Consolidate multiple form 16s
To file your return correctly, start by collecting Form 16 from each employer you worked for during the financial year.
Add up salary details from Part B of all Form 16s (gross salary, deductions, exemptions).
Cross-check TDS details in Part A against your Form 26AS and Annual Information Statement (AIS).
'Use Form 26AS as the backbone for reconciliation. Filing your ITR based on consolidated income ensures transparency and helps you avoid tax notices later,' Chheda advises.
Kinjal Bhuta, CA and secretary of the Bombay Chartered Accountants' Society, adds, 'When claiming deductions like 80C (investments) or 80D (health premiums), make sure you don't double-count them. These limits apply to your total income, not to each job separately.'
Handle TDS mismatches proactively
After a jobswitch, it's not unusual to see differences between TDS in Form 16 and what's reflected in Form 26AS or AIS.
'If there's a mismatch, reach out to the employer and request them to revise their TDS return (Form 24Q),' says Shah.
Sujit Sudhakar Bangar, founder of TaxBuddy.com, recommends that taxpayers always file their ITR as per the TDS credits in Form 26AS.
'If the employer doesn't rectify the error, you may need to pay the shortfall to avoid a tax demand later,' he warns.
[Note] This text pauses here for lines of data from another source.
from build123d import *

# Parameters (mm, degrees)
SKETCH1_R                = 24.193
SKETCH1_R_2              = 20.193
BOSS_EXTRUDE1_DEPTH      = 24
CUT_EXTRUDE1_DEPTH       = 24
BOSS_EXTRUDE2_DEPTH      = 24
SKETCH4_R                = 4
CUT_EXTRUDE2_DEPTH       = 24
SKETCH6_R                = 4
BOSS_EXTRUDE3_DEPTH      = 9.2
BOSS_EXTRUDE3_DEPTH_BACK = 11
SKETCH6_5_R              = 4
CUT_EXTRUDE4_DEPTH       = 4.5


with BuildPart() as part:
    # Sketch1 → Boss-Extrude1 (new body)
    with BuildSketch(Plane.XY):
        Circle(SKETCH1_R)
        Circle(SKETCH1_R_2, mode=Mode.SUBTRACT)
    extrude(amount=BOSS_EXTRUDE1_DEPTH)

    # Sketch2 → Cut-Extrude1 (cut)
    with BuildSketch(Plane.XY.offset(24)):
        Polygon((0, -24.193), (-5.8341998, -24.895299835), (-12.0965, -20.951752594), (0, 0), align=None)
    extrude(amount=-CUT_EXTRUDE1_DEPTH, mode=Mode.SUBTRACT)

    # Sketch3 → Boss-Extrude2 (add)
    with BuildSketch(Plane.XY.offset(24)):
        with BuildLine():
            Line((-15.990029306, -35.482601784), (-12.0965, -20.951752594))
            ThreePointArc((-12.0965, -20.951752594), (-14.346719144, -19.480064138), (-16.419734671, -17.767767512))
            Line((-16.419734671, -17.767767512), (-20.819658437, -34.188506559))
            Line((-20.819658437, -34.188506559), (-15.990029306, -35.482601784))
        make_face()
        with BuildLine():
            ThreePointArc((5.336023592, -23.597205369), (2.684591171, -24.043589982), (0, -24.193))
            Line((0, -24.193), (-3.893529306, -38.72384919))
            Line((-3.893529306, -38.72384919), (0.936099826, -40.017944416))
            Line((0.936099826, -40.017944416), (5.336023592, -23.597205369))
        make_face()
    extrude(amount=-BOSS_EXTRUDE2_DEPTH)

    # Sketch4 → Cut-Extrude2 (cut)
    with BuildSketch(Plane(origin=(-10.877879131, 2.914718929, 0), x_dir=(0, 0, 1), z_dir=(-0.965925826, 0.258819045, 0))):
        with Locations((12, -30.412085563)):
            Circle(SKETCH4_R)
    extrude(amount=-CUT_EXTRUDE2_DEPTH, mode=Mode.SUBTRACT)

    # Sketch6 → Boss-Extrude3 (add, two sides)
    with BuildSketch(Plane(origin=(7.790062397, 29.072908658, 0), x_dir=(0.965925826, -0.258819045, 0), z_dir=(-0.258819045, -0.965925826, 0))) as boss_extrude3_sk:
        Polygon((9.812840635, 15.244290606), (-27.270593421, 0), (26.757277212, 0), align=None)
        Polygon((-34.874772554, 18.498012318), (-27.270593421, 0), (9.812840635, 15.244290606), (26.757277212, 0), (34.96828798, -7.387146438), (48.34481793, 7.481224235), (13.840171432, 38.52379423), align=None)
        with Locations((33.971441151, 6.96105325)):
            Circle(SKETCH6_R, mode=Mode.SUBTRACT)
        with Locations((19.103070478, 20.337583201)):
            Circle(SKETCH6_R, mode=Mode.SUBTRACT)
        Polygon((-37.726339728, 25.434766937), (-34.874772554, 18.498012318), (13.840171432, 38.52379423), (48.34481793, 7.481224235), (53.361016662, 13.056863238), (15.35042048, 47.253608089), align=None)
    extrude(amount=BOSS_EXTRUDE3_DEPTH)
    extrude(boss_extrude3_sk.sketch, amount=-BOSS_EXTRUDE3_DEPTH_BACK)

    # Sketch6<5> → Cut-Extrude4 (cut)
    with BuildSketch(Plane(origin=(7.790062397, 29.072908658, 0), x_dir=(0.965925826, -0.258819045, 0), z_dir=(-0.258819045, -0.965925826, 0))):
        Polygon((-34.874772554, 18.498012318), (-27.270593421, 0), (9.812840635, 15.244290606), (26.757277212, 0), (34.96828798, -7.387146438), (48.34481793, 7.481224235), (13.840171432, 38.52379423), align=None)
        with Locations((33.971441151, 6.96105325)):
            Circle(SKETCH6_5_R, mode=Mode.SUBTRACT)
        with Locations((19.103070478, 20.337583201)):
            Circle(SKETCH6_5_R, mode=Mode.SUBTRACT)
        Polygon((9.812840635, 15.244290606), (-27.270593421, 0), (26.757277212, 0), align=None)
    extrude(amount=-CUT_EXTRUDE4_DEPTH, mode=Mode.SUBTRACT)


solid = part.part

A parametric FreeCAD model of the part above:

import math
import FreeCAD as App
import Part
import Sketcher

V = App.Vector
Q = App.Units.Quantity


def add_polygon(sketch, points):
    """Adds a closed chain of lines whose ends are joined by coincident constraints."""
    first, n = sketch.GeometryCount, len(points)
    for a, b in zip(points, points[1:] + points[:1]):
        sketch.addGeometry(Part.LineSegment(App.Vector(*a, 0), App.Vector(*b, 0)), False)
    for i in range(n):
        sketch.addConstraint(Sketcher.Constraint("Coincident", first + i, 2, first + (i + 1) % n, 1))

doc = App.newDocument("Part")
body = doc.addObject("PartDesign::Body", "Body")

# Sketch on XY plane
sketch1 = body.newObject("Sketcher::SketchObject", "Sketch")
sketch1.AttachmentSupport = (doc.getObject("XY_Plane"), [""])
sketch1.MapMode = "FlatFace"
sketch1.addGeometry([
    Part.Circle(V(0, 0, 0), V(0, 0, 1), 24.193),
    Part.Circle(V(0, 0, 0), V(0, 0, 1), 20.193),
], False)
sketch1.addConstraint([
    Sketcher.Constraint("Coincident", 0, 3, -1, 1),
    Sketcher.Constraint("Coincident", 1, 3, -1, 1),
    Sketcher.Constraint("Diameter", 0, 48.386),
    Sketcher.Constraint("Diameter", 1, 40.386),
])
pad1 = body.newObject("PartDesign::Pad", "Pad")
pad1.Profile = sketch1
pad1.Length = 24

# Sketch on XY plane
sketch2 = body.newObject("Sketcher::SketchObject", "Sketch001")
sketch2.AttachmentSupport = (doc.getObject("XY_Plane"), [""])
sketch2.MapMode = "FlatFace"
sketch2.AttachmentOffset = App.Placement(V(0, 0, 24), App.Rotation())
add_polygon(sketch2, [(-5.8342, -24.8953), (0, -24.193), (0, 0), (-12.0965, -20.951753)])  # lines 0-3
sketch2.addConstraint([
    Sketcher.Constraint("Vertical", 1),
    Sketcher.Constraint("Coincident", 1, 2, -1, 1),
    Sketcher.Constraint("Angle", 2, Q("-120 deg")),
    Sketcher.Constraint("DistanceY", 1, 1, 1, 2, 24.193),
    Sketcher.Constraint("Distance", 2, 24.193),
    Sketcher.Constraint("DistanceX", 3, 2, -1, 1, 5.8342),
    Sketcher.Constraint("DistanceY", 3, 2, -1, 1, 24.8953),
])
pocket1 = body.newObject("PartDesign::Pocket", "Pocket")
pocket1.Profile = sketch2
pocket1.Length = 24

# Sketch on XY plane
sketch3 = body.newObject("Sketcher::SketchObject", "Sketch002")
sketch3.AttachmentSupport = (doc.getObject("XY_Plane"), [""])
sketch3.MapMode = "FlatFace"
sketch3.AttachmentOffset = App.Placement(V(0, 0, 24), App.Rotation())
sketch3.addGeometry([
    Part.LineSegment(V(-15.990029, -35.482602, 0), V(-12.0965, -20.951753, 0)),  # 0
    Part.ArcOfCircle(Part.Circle(V(0, 0, 0), V(0, 0, 1), 24.193), math.radians(-132.741964), math.radians(-120)),  # 1
    Part.LineSegment(V(-16.419735, -17.767768, 0), V(-20.819658, -34.188507, 0)),  # 2
    Part.LineSegment(V(-20.819658, -34.188507, 0), V(-15.990029, -35.482602, 0)),  # 3
    Part.ArcOfCircle(Part.Circle(V(0, 0, 0), V(0, 0, 1), 24.193), math.radians(-90), math.radians(-77.258036)),  # 4
    Part.LineSegment(V(0, -24.193, 0), V(-3.893529, -38.723849, 0)),  # 5
    Part.LineSegment(V(-3.893529, -38.723849, 0), V(0.9361, -40.017944, 0)),  # 6
    Part.LineSegment(V(0.9361, -40.017944, 0), V(5.336024, -23.597205, 0)),  # 7
], False)
sketch3.addConstraint([
    Sketcher.Constraint("Coincident", 0, 2, 1, 2),
    Sketcher.Constraint("Coincident", 1, 1, 2, 1),
    Sketcher.Constraint("Coincident", 2, 2, 3, 1),
    Sketcher.Constraint("Coincident", 3, 2, 0, 1),
    Sketcher.Constraint("Coincident", 4, 1, 5, 1),
    Sketcher.Constraint("Coincident", 5, 2, 6, 1),
    Sketcher.Constraint("Coincident", 6, 2, 7, 1),
    Sketcher.Constraint("Coincident", 7, 2, 4, 2),
    Sketcher.Constraint("Coincident", 1, 3, -1, 1),
    Sketcher.Constraint("Coincident", 4, 3, -1, 1),
    Sketcher.Constraint("Equal", 1, 4),
    Sketcher.Constraint("PointOnObject", 4, 1, -2),
    Sketcher.Constraint("Parallel", 0, 2),
    Sketcher.Constraint("Perpendicular", 2, 3),
    Sketcher.Constraint("Perpendicular", 3, 5),
    Sketcher.Constraint("Perpendicular", 5, 6),
    Sketcher.Constraint("Perpendicular", 6, 7),
    Sketcher.Constraint("Equal", 0, 5),
    Sketcher.Constraint("Equal", 3, 6),
    Sketcher.Constraint("Equal", 2, 7),
    Sketcher.Constraint("Angle", 0, Q("75 deg")),
    Sketcher.Constraint("Distance", 2, 17.0),
    Sketcher.Constraint("Distance", 3, 5.0),
    Sketcher.Constraint("Radius", 1, 24.193),
])
pad2 = body.newObject("PartDesign::Pad", "Pad001")
pad2.Profile = sketch3
pad2.Length = 24
pad2.Reversed = True

# Sketch on an angled plane
sketch4 = body.newObject("Sketcher::SketchObject", "Sketch003")
sketch4.Placement = App.Placement(V(-10.877879, 2.914719, 0), App.Rotation(V(0, 0, 1), V(0.258819045, 0.965925826, 0), V(-0.965925826, 0.258819045, 0), "ZXY"))
sketch4.addGeometry(Part.Circle(V(12, -30.412086, 0), V(0, 0, 1), 4), False)
sketch4.addConstraint([
    Sketcher.Constraint("Diameter", 0, 8.0),
    Sketcher.Constraint("DistanceX", -1, 1, 0, 3, 12.0),
    Sketcher.Constraint("DistanceY", 0, 3, -1, 1, 30.412086),
])
pocket2 = body.newObject("PartDesign::Pocket", "Pocket001")
pocket2.Profile = sketch4
pocket2.Length = 24

# Sketch on an angled plane
sketch5 = body.newObject("Sketcher::SketchObject", "Sketch004")
sketch5.Placement = App.Placement(V(7.790062, 29.072909, 0), App.Rotation(V(0.965925826, -0.258819045, 0), V(0, 0, 0.999999999), V(-0.258819045, -0.965925826, 0), "ZXY"))
add_polygon(sketch5, [(-27.270593, 0), (26.757277, 0), (34.968288, -7.387146), (48.344818, 7.481224), (53.361017, 13.056863), (15.35042, 47.253608), (-37.72634, 25.434767), (-34.874773, 18.498012)])  # lines 0-7
sketch5.addGeometry(Part.Circle(V(33.971441, 6.961053, 0), V(0, 0, 1), 4), False)  # 8
sketch5.addGeometry(Part.Circle(V(19.10307, 20.337583, 0), V(0, 0, 1), 4), False)  # 9
sketch5.addConstraint([
    Sketcher.Constraint("Horizontal", 0),
    Sketcher.Constraint("Equal", 8, 9),
    Sketcher.Constraint("PointOnObject", 0, 2, -1),
    Sketcher.Constraint("Perpendicular", 1, 2),
    Sketcher.Constraint("Parallel", 2, 3),
    Sketcher.Constraint("Perpendicular", 3, 4),
    Sketcher.Constraint("Perpendicular", 5, 6),
    Sketcher.Constraint("Parallel", 6, 7),
    Sketcher.Constraint("Equal", 3, 6),
    Sketcher.Constraint("Equal", 2, 7),
    Sketcher.Constraint("Diameter", 8, 8.0),
    Sketcher.Constraint("Distance", 2, 20.0),
    Sketcher.Constraint("Distance", 3, 7.5),
    Sketcher.Constraint("DistanceX", 0, 1, 0, 2, 54.027871),
    Sketcher.Constraint("DistanceY", 1, 2, 8, 3, 14.3482),
    Sketcher.Constraint("DistanceX", 2, 2, 3, 2, 5.016199),
    Sketcher.Constraint("Distance", 4, 51.129471),
    Sketcher.Constraint("DistanceX", -1, 1, 8, 3, 33.971441),
    Sketcher.Constraint("DistanceX", -1, 1, 9, 3, 19.10307),
    Sketcher.Constraint("DistanceX", -1, 1, 4, 2, 15.35042),
    Sketcher.Constraint("DistanceY", -1, 1, 4, 2, 47.253608),
    Sketcher.Constraint("DistanceY", 8, 3, 9, 3, 13.37653),
])
pad3 = body.newObject("PartDesign::Pad", "Pad002")
pad3.Profile = sketch5
pad3.Type = "TwoLengths"
pad3.Length = 9.2
pad3.Length2 = 11

# Sketch on an angled plane
sketch6 = body.newObject("Sketcher::SketchObject", "Sketch005")
sketch6.Placement = App.Placement(V(7.790062, 29.072909, 0), App.Rotation(V(0.965925826, -0.258819045, 0), V(0, 0, 0.999999999), V(-0.258819045, -0.965925826, 0), "ZXY"))
add_polygon(sketch6, [(-34.874773, 18.498012), (-27.270593, 0), (26.757277, 0), (34.968288, -7.387146), (48.344818, 7.481224), (13.840171, 38.523794)])  # lines 0-5
sketch6.addGeometry(Part.Circle(V(33.971441, 6.961053, 0), V(0, 0, 1), 4), False)  # 6
sketch6.addGeometry(Part.Circle(V(19.10307, 20.337583, 0), V(0, 0, 1), 4), False)  # 7
sketch6.addConstraint([
    Sketcher.Constraint("Horizontal", 1),
    Sketcher.Constraint("Equal", 6, 7),
    Sketcher.Constraint("PointOnObject", 0, 2, -1),
    Sketcher.Constraint("Perpendicular", 2, 3),
    Sketcher.Constraint("Perpendicular", 3, 4),
    Sketcher.Constraint("Perpendicular", 0, 5),
    Sketcher.Constraint("Equal", 0, 3),
    Sketcher.Constraint("Diameter", 6, 8.0),
    Sketcher.Constraint("Distance", 0, 20.0),
    Sketcher.Constraint("DistanceX", 1, 1, 1, 2, 54.027871),
    Sketcher.Constraint("DistanceY", 2, 2, 6, 3, 14.3482),
    Sketcher.Constraint("DistanceX", 4, 2, 7, 3, 5.262899),
    Sketcher.Constraint("DistanceX", -1, 1, 6, 3, 33.971441),
    Sketcher.Constraint("DistanceX", -1, 1, 7, 3, 19.10307),
    Sketcher.Constraint("DistanceY", 6, 3, 7, 3, 13.37653),
    Sketcher.Constraint("DistanceX", 1, 2, 2, 2, 8.211011),
    Sketcher.Constraint("DistanceY", 6, 3, 3, 2, 0.520171),
    Sketcher.Constraint("DistanceY", 7, 3, 4, 2, 18.186211),
])
pocket3 = body.newObject("PartDesign::Pocket", "Pocket002")
pocket3.Profile = sketch6
pocket3.Length = 4.5

doc.recompute()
Report lump-sum benefits correctly
Benefits like gratuity, PF withdrawals, and leave encashment during a job switch need careful reporting.
Gratuity: Tax-free up to ~20 lakh for eligible employees.
Leave encashment: Exempt up to ~25 lakh for non-government employees.
PF withdrawals: Tax-free only after 5 years of continuous service; otherwise, taxable.
'A common mistake is ignoring these receipts or reporting them incorrectly, which can invite scrutiny,' Bhuta cautions.
Checklist for job switchers filing ITR
-Collect Form 16 from all employers.
-Reconcile income and TDS with Form 26AS/AIS.
-Avoid double-claiming deductions like 80C, 80D, or HRA.
-Report gratuity, PF withdrawals, and leave encashment properly.
-File as per Form 26AS even if there's a mismatch with Form 16.
The Bottom Line
Switching jobs mid-year adds complexity to tax filing. But a little diligence now, consolidating Form 16s, checking Form 26AS, and correctly declaring lump-sum benefits can help you avoid unnecessary notices and penalties. 'A few extra steps today can save you major headaches tomorrow,' Shah says.